The show was immaculate. The actors shocked even us when the chandelier first flew up. Several of the leads were completely possessed by their characters and the story. You couldn’t imagine you were watching an upper school production, and neither could audiences. The only performance that didn’t sell out was opening night. Madison said the most exciting part of the whole process was being able to glimpse audience reactions from hidden vantage points in the wings.

Closing night would come, however, and the students would begin dreading it. They all wanted an extension, which, of course, would have been just; they’d been living in this drama for six months. Most other iterations of this show have lasted months, years, decades. When Will sang his last, “It’s over now, the music of the night!”, I’m not sure there was a dry eye in the building. Most photos I have seen from after closing are swollen-eyed actors and cheeks streaked with tears. Actors, crew, family, and fans slowly trickled out of the theatre. Bobby Gross (Class of 1992) found Emily and congratulated her on breaking the Fortenberry ticket sale record.

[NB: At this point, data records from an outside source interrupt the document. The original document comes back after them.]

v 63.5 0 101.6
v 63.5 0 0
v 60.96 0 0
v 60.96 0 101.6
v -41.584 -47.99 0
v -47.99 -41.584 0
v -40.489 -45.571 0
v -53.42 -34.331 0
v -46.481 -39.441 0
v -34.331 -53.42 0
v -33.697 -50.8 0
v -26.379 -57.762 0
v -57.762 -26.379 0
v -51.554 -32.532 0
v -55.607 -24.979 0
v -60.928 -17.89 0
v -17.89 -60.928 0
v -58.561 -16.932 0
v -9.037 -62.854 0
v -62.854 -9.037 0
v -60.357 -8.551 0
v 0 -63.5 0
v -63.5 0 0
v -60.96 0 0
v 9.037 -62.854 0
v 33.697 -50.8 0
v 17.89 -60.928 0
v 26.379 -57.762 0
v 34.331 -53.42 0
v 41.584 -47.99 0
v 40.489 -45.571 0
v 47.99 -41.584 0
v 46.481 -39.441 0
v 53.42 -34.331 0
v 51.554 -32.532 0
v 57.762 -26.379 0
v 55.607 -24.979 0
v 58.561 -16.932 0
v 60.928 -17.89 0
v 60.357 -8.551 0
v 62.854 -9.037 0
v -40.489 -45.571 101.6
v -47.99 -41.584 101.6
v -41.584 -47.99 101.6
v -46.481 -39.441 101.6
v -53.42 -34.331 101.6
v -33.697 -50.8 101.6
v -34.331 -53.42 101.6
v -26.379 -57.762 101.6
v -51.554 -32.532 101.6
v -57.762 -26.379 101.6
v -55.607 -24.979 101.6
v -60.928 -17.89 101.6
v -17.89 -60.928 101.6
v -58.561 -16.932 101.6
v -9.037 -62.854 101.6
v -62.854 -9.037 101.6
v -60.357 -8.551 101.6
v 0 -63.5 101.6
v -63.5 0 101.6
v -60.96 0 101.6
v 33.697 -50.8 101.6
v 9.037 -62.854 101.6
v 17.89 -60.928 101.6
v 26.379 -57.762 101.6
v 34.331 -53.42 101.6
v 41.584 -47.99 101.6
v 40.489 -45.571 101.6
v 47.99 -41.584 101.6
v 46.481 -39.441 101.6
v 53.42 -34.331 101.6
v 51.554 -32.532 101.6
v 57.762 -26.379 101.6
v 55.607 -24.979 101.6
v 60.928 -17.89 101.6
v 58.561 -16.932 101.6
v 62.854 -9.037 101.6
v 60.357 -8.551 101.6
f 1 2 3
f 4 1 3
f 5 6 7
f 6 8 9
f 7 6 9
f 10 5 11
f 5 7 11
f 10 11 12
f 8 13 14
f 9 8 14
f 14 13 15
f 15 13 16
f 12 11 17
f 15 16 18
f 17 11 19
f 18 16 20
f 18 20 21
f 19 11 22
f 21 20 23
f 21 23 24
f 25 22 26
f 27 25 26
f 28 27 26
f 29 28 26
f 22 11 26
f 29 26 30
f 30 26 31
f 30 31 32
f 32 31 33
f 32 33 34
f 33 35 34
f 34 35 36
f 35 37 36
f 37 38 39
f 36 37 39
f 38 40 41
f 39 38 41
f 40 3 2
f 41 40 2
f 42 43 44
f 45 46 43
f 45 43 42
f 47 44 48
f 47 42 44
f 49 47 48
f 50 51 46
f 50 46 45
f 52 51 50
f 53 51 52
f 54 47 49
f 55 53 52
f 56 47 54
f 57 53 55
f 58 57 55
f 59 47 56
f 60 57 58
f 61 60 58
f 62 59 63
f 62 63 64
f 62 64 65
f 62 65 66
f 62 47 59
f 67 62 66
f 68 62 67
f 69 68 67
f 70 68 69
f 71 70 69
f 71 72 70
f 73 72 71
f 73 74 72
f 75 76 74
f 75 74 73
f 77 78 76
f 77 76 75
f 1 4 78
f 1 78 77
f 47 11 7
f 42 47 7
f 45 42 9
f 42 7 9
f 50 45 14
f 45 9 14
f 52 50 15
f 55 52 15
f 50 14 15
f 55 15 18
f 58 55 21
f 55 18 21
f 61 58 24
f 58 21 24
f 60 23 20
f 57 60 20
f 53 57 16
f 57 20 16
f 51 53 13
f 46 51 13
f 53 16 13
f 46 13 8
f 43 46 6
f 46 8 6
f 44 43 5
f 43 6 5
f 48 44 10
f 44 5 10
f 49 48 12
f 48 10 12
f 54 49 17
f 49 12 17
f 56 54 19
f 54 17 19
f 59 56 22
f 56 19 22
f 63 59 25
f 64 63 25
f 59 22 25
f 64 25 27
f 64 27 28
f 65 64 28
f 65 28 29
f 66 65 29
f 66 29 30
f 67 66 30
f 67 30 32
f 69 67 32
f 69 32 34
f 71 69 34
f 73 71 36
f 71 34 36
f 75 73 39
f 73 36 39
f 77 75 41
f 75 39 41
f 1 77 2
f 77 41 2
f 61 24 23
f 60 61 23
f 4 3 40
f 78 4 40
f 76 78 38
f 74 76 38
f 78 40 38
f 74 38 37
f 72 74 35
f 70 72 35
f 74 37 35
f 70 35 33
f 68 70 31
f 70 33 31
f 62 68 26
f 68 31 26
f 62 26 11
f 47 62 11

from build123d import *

# Parameters (mm, degrees)
BOSS_EXTRUDE3_DEPTH = 101.6


with BuildPart() as part:
    # Sketch3 → Boss-Extrude3 (new body)
    with BuildSketch(Plane.XY):
        with BuildLine():
            Line((63.5, 0), (60.96, 0))
            ThreePointArc((60.96, 0), (53.713522989, -28.826707202), (33.69690787, -50.8))
            ThreePointArc((33.69690787, -50.8), (0, -60.96), (-33.69690787, -50.8))
            ThreePointArc((-33.69690787, -50.8), (-53.713522989, -28.826707202), (-60.96, 0))
            Line((-60.96, 0), (-63.5, 0))
            ThreePointArc((-63.5, 0), (0, -63.5), (63.5, 0))
        make_face()
        with BuildLine():
            ThreePointArc((-33.69690787, -50.8), (0, -60.96), (33.69690787, -50.8))
            Line((33.69690787, -50.8), (-33.69690787, -50.8))
        make_face()
    extrude(amount=BOSS_EXTRUDE3_DEPTH)


solid = part.part
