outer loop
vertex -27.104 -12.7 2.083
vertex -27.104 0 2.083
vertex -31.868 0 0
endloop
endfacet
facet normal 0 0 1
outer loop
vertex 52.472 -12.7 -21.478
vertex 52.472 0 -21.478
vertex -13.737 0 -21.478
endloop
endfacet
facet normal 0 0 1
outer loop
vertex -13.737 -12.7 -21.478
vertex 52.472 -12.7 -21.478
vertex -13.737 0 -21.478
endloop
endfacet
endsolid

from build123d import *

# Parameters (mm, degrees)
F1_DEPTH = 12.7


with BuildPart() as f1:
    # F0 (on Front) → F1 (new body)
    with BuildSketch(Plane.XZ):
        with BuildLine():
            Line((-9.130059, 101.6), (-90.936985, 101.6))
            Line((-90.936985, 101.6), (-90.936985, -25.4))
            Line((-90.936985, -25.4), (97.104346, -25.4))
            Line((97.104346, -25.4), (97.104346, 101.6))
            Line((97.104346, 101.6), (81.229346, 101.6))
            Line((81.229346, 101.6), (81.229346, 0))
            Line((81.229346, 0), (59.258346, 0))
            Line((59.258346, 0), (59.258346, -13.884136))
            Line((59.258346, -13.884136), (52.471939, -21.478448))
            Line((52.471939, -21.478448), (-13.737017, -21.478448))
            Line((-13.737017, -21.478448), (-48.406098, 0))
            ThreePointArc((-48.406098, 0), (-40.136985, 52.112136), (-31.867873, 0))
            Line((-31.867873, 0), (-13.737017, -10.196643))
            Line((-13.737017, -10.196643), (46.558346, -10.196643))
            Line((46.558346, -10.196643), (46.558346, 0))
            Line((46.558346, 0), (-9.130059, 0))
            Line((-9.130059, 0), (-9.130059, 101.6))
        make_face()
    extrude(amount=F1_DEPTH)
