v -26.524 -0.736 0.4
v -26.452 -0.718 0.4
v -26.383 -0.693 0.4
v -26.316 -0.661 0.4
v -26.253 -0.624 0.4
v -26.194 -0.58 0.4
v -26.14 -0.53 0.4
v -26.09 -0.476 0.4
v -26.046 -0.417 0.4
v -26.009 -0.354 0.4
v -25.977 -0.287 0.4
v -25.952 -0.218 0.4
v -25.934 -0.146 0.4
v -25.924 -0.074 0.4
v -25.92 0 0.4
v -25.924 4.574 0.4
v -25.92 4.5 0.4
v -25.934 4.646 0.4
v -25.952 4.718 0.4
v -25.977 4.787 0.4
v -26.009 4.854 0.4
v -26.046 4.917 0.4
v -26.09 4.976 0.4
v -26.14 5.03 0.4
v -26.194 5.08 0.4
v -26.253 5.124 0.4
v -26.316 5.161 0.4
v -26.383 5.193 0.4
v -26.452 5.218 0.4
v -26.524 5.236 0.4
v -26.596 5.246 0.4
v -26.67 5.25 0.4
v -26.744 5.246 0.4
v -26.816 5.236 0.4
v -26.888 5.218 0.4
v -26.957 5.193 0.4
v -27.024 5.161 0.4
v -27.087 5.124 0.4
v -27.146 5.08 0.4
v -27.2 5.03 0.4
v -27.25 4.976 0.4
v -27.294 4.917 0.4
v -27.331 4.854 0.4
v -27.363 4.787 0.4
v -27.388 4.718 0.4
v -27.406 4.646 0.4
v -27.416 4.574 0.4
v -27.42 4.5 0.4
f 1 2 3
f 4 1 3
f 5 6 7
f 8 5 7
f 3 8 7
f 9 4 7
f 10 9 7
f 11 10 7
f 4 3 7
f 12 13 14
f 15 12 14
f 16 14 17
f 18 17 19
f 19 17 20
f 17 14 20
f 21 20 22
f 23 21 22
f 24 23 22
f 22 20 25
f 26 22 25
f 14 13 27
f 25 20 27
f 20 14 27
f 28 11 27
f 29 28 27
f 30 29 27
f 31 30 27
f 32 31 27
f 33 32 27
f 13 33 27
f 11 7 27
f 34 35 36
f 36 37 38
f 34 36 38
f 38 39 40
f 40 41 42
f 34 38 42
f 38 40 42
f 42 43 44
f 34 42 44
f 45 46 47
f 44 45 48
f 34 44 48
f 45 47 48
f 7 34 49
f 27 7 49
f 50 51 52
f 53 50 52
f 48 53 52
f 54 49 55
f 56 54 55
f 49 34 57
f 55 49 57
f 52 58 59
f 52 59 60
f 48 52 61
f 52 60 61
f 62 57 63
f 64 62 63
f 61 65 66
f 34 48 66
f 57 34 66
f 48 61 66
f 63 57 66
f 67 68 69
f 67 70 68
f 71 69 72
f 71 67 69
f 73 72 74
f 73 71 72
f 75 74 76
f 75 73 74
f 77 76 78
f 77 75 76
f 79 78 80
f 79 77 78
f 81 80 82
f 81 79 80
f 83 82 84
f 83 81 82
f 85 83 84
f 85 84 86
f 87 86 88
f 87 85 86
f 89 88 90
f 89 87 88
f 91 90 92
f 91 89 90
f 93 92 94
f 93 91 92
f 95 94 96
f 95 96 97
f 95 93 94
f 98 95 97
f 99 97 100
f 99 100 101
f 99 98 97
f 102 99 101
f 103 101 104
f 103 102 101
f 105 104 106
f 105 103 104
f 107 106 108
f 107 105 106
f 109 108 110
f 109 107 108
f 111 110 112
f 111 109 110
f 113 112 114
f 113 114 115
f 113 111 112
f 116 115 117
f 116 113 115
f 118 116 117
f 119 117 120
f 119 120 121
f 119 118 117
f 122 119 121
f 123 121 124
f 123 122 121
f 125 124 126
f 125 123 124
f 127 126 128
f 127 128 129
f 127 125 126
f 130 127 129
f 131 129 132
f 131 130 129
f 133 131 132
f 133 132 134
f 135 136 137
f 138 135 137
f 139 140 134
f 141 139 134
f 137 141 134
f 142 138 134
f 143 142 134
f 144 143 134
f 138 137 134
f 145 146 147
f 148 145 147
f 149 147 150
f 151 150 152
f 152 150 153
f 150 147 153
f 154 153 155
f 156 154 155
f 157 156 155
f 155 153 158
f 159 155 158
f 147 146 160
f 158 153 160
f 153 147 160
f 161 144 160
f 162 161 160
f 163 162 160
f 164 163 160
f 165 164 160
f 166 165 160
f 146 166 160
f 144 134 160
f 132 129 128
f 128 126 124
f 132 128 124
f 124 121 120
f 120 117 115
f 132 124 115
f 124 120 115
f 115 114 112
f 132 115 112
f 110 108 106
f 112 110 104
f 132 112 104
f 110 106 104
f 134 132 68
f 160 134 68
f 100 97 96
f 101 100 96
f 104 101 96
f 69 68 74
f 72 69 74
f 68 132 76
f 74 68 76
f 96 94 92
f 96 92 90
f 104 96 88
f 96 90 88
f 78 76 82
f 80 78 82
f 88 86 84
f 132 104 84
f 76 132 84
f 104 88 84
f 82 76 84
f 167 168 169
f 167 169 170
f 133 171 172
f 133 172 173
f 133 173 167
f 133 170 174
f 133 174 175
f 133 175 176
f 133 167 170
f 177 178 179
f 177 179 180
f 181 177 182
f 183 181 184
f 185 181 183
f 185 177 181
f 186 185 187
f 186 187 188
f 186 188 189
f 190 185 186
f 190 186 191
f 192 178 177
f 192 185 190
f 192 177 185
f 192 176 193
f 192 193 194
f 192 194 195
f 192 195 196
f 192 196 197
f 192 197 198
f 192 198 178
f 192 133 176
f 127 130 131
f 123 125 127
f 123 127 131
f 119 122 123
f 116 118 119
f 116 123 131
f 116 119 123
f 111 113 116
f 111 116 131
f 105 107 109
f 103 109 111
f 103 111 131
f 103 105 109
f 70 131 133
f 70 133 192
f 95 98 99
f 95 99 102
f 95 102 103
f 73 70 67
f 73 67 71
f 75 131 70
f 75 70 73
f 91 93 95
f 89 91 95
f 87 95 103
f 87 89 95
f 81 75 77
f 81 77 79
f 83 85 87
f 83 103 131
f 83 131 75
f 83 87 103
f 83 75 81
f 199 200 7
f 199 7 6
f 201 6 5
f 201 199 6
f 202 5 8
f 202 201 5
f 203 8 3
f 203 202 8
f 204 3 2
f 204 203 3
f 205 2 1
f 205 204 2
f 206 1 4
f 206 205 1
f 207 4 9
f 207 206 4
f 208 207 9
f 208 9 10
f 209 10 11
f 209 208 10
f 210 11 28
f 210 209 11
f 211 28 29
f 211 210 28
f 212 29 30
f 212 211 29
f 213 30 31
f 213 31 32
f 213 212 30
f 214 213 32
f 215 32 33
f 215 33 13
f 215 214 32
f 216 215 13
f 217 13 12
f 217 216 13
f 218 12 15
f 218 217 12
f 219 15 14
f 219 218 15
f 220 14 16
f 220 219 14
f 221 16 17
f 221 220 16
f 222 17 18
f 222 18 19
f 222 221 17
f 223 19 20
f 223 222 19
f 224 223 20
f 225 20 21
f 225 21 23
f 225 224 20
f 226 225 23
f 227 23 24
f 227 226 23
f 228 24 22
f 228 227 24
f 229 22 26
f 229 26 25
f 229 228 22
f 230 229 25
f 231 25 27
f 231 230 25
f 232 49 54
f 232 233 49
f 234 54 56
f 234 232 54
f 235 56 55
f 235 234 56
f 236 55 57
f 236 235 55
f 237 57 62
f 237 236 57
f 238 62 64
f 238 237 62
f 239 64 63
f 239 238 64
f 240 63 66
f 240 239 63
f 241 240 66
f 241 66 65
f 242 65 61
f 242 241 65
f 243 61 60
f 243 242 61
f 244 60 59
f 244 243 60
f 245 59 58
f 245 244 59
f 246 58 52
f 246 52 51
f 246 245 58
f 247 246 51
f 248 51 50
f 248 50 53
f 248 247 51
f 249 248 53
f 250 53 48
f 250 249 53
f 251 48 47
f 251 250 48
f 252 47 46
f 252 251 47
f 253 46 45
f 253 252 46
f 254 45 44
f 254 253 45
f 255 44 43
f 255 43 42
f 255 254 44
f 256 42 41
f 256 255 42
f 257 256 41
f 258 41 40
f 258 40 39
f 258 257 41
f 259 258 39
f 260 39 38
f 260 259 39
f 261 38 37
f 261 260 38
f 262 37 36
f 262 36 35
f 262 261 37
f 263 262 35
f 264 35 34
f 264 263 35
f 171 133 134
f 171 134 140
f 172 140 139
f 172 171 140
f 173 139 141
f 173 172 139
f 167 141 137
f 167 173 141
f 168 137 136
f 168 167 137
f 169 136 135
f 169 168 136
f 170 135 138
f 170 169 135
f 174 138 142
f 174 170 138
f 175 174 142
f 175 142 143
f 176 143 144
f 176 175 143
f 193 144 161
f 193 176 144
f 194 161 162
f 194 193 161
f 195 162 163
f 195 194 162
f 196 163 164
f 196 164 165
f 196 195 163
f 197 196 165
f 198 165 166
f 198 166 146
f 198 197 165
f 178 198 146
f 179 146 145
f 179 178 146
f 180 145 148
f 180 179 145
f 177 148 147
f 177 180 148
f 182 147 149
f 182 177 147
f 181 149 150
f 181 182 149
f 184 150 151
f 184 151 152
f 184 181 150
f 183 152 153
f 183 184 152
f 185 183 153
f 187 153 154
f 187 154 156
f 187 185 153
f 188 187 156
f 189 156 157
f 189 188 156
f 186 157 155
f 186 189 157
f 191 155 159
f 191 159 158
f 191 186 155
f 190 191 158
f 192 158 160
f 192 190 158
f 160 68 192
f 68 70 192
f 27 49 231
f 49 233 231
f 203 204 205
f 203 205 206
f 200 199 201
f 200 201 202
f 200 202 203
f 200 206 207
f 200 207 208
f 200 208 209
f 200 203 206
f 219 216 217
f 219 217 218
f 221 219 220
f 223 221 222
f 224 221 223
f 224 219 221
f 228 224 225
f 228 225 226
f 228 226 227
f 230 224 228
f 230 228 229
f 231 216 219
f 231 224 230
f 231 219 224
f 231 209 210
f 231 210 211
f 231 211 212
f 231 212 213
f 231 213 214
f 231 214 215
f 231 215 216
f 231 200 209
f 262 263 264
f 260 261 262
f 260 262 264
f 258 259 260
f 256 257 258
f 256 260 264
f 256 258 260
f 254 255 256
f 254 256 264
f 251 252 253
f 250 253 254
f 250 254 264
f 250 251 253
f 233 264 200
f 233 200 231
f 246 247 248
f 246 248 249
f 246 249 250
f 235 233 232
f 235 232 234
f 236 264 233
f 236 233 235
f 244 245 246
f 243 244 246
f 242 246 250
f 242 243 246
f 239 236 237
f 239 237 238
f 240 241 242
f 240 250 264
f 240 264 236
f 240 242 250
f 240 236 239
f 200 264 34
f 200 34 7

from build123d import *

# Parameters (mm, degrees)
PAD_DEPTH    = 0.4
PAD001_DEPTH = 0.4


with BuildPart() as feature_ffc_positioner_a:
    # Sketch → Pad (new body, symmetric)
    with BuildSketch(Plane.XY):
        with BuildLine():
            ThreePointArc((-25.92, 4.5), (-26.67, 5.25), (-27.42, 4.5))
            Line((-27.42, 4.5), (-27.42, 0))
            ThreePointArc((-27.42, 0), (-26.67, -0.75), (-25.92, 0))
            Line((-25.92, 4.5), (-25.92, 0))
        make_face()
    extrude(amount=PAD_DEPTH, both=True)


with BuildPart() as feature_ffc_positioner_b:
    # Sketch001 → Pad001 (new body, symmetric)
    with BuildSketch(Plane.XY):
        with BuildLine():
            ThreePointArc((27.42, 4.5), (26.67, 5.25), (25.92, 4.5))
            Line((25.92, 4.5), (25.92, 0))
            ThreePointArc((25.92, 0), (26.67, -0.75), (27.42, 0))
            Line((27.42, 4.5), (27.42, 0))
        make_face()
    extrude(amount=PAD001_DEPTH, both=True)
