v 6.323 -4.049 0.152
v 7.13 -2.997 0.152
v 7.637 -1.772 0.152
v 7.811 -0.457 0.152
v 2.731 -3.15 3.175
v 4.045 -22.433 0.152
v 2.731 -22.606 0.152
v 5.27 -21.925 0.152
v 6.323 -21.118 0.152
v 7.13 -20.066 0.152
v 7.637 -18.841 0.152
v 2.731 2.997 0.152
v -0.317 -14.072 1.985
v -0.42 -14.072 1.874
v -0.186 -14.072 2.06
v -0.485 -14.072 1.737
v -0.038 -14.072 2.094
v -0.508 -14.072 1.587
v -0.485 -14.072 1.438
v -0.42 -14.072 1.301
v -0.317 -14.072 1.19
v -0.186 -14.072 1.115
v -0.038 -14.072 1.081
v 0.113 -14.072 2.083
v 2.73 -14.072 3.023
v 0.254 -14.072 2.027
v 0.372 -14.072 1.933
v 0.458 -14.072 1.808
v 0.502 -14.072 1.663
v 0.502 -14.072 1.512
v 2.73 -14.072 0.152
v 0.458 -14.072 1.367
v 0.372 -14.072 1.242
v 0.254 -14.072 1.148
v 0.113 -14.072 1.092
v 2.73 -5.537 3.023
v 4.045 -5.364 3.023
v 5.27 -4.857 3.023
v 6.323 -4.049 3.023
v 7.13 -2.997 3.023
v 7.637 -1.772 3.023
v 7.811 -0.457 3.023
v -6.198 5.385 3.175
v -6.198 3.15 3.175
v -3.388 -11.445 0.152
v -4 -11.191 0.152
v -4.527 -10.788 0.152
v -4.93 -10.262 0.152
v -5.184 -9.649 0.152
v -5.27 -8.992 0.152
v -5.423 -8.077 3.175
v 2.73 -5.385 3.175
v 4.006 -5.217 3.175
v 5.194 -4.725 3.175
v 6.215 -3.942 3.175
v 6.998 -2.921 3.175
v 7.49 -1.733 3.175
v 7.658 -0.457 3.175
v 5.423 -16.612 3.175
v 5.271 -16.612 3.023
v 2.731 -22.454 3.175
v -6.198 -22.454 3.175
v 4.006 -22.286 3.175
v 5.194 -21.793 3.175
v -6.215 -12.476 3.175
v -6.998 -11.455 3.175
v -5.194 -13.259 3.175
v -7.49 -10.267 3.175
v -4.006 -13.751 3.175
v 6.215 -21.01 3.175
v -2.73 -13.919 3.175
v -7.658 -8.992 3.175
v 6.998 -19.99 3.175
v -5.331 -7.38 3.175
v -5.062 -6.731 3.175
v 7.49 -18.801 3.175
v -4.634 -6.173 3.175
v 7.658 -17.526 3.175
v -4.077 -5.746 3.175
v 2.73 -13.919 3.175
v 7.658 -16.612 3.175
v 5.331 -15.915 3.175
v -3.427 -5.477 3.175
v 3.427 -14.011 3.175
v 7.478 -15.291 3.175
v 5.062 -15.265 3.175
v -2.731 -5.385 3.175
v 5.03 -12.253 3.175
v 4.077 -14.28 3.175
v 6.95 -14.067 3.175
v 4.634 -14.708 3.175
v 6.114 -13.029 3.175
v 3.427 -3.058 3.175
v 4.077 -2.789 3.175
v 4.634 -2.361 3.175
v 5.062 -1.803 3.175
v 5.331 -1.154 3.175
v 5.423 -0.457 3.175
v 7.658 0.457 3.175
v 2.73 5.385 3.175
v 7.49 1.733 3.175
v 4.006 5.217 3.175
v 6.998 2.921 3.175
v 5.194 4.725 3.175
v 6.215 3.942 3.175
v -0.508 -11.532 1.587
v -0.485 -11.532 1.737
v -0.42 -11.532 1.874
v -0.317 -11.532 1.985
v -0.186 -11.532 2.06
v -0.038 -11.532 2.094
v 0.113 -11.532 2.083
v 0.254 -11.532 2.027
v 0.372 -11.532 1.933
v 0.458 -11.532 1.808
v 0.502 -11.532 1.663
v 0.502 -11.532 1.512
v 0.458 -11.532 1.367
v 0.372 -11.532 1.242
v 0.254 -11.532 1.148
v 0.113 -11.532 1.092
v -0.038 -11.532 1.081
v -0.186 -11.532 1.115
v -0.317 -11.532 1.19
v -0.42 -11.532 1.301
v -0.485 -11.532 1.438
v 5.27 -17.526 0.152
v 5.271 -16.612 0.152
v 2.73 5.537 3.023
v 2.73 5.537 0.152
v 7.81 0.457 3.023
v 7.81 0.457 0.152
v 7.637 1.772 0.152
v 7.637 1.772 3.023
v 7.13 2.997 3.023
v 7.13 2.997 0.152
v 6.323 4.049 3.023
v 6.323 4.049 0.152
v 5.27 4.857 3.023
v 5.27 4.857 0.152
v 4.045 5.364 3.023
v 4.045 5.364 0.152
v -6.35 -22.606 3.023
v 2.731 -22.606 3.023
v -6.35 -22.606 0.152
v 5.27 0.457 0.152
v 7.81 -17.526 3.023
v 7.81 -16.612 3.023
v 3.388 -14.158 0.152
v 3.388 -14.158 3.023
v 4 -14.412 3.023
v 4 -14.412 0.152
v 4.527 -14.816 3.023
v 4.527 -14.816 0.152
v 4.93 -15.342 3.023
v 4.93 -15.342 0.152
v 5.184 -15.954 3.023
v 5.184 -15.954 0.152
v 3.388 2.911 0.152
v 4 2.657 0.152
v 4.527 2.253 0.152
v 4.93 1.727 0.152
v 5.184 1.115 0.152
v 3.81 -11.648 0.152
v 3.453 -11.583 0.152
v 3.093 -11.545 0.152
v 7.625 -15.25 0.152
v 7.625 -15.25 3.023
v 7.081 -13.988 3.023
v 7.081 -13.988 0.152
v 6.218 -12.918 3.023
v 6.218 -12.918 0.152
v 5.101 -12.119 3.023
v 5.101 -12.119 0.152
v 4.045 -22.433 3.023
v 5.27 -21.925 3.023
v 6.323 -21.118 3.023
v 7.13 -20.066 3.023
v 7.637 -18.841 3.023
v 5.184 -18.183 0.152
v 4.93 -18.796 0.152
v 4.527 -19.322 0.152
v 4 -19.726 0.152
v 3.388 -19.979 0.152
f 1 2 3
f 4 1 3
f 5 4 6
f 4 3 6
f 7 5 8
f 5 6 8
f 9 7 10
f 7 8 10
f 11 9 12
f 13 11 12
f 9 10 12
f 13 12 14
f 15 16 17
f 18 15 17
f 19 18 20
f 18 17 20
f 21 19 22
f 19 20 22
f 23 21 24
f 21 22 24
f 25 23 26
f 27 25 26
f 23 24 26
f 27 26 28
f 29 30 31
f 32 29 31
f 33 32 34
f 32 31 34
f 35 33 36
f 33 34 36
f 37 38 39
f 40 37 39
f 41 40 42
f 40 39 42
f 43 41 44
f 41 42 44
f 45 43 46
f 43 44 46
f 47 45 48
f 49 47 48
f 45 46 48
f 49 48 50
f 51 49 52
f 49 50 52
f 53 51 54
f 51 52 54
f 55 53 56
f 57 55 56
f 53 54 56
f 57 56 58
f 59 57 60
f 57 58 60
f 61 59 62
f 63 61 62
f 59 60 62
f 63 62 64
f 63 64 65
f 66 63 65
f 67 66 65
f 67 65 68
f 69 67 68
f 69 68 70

We’re still figuring it out. We had two seventh graders operating our spotlights for the entire run. The one live firearm was shot every night by an eighth grade boy. The song that nearly destroyed the cast is now being performed for competition at the Mississippi Theatre Association. As we comb through all these then and nows, we realize a certain attitude, a willingness, determination, and willful confidence accompanied every person at every turn. After closing, the mother of a featured seventh grade actress took Emily by the arm and said, “Do you know that no one has really seen her, for who she is and what she can do, before now? You’ve changed her life.”

The show is about seeing the human under the monster, the abandoned, trembling child under the mask. Can you see it, can you forgive, can you meet someone where they need it, despite everything? “There was a moment where all of us started building each other up instead of airing our frustrations,” said Lucy Allen. “I think that’s because of the story we were telling. It’s broken people, overcoming fear, seeing and loving how things really are.”

The sky’s the limit for the program. “If you had told any of us - me, Holly, Will—seven months ago [that we’d accomplish what we did], none of us would’ve believed you,” Robbie says. “I’ve never learned so much about acting before I did this, and I know now that this is what I want to do with my life.” And for some, like TJ, this musical was even a first. “If I have to say anything to younger students,” he tells me, “it’s look what can happen if you go out on a limb and just do something!”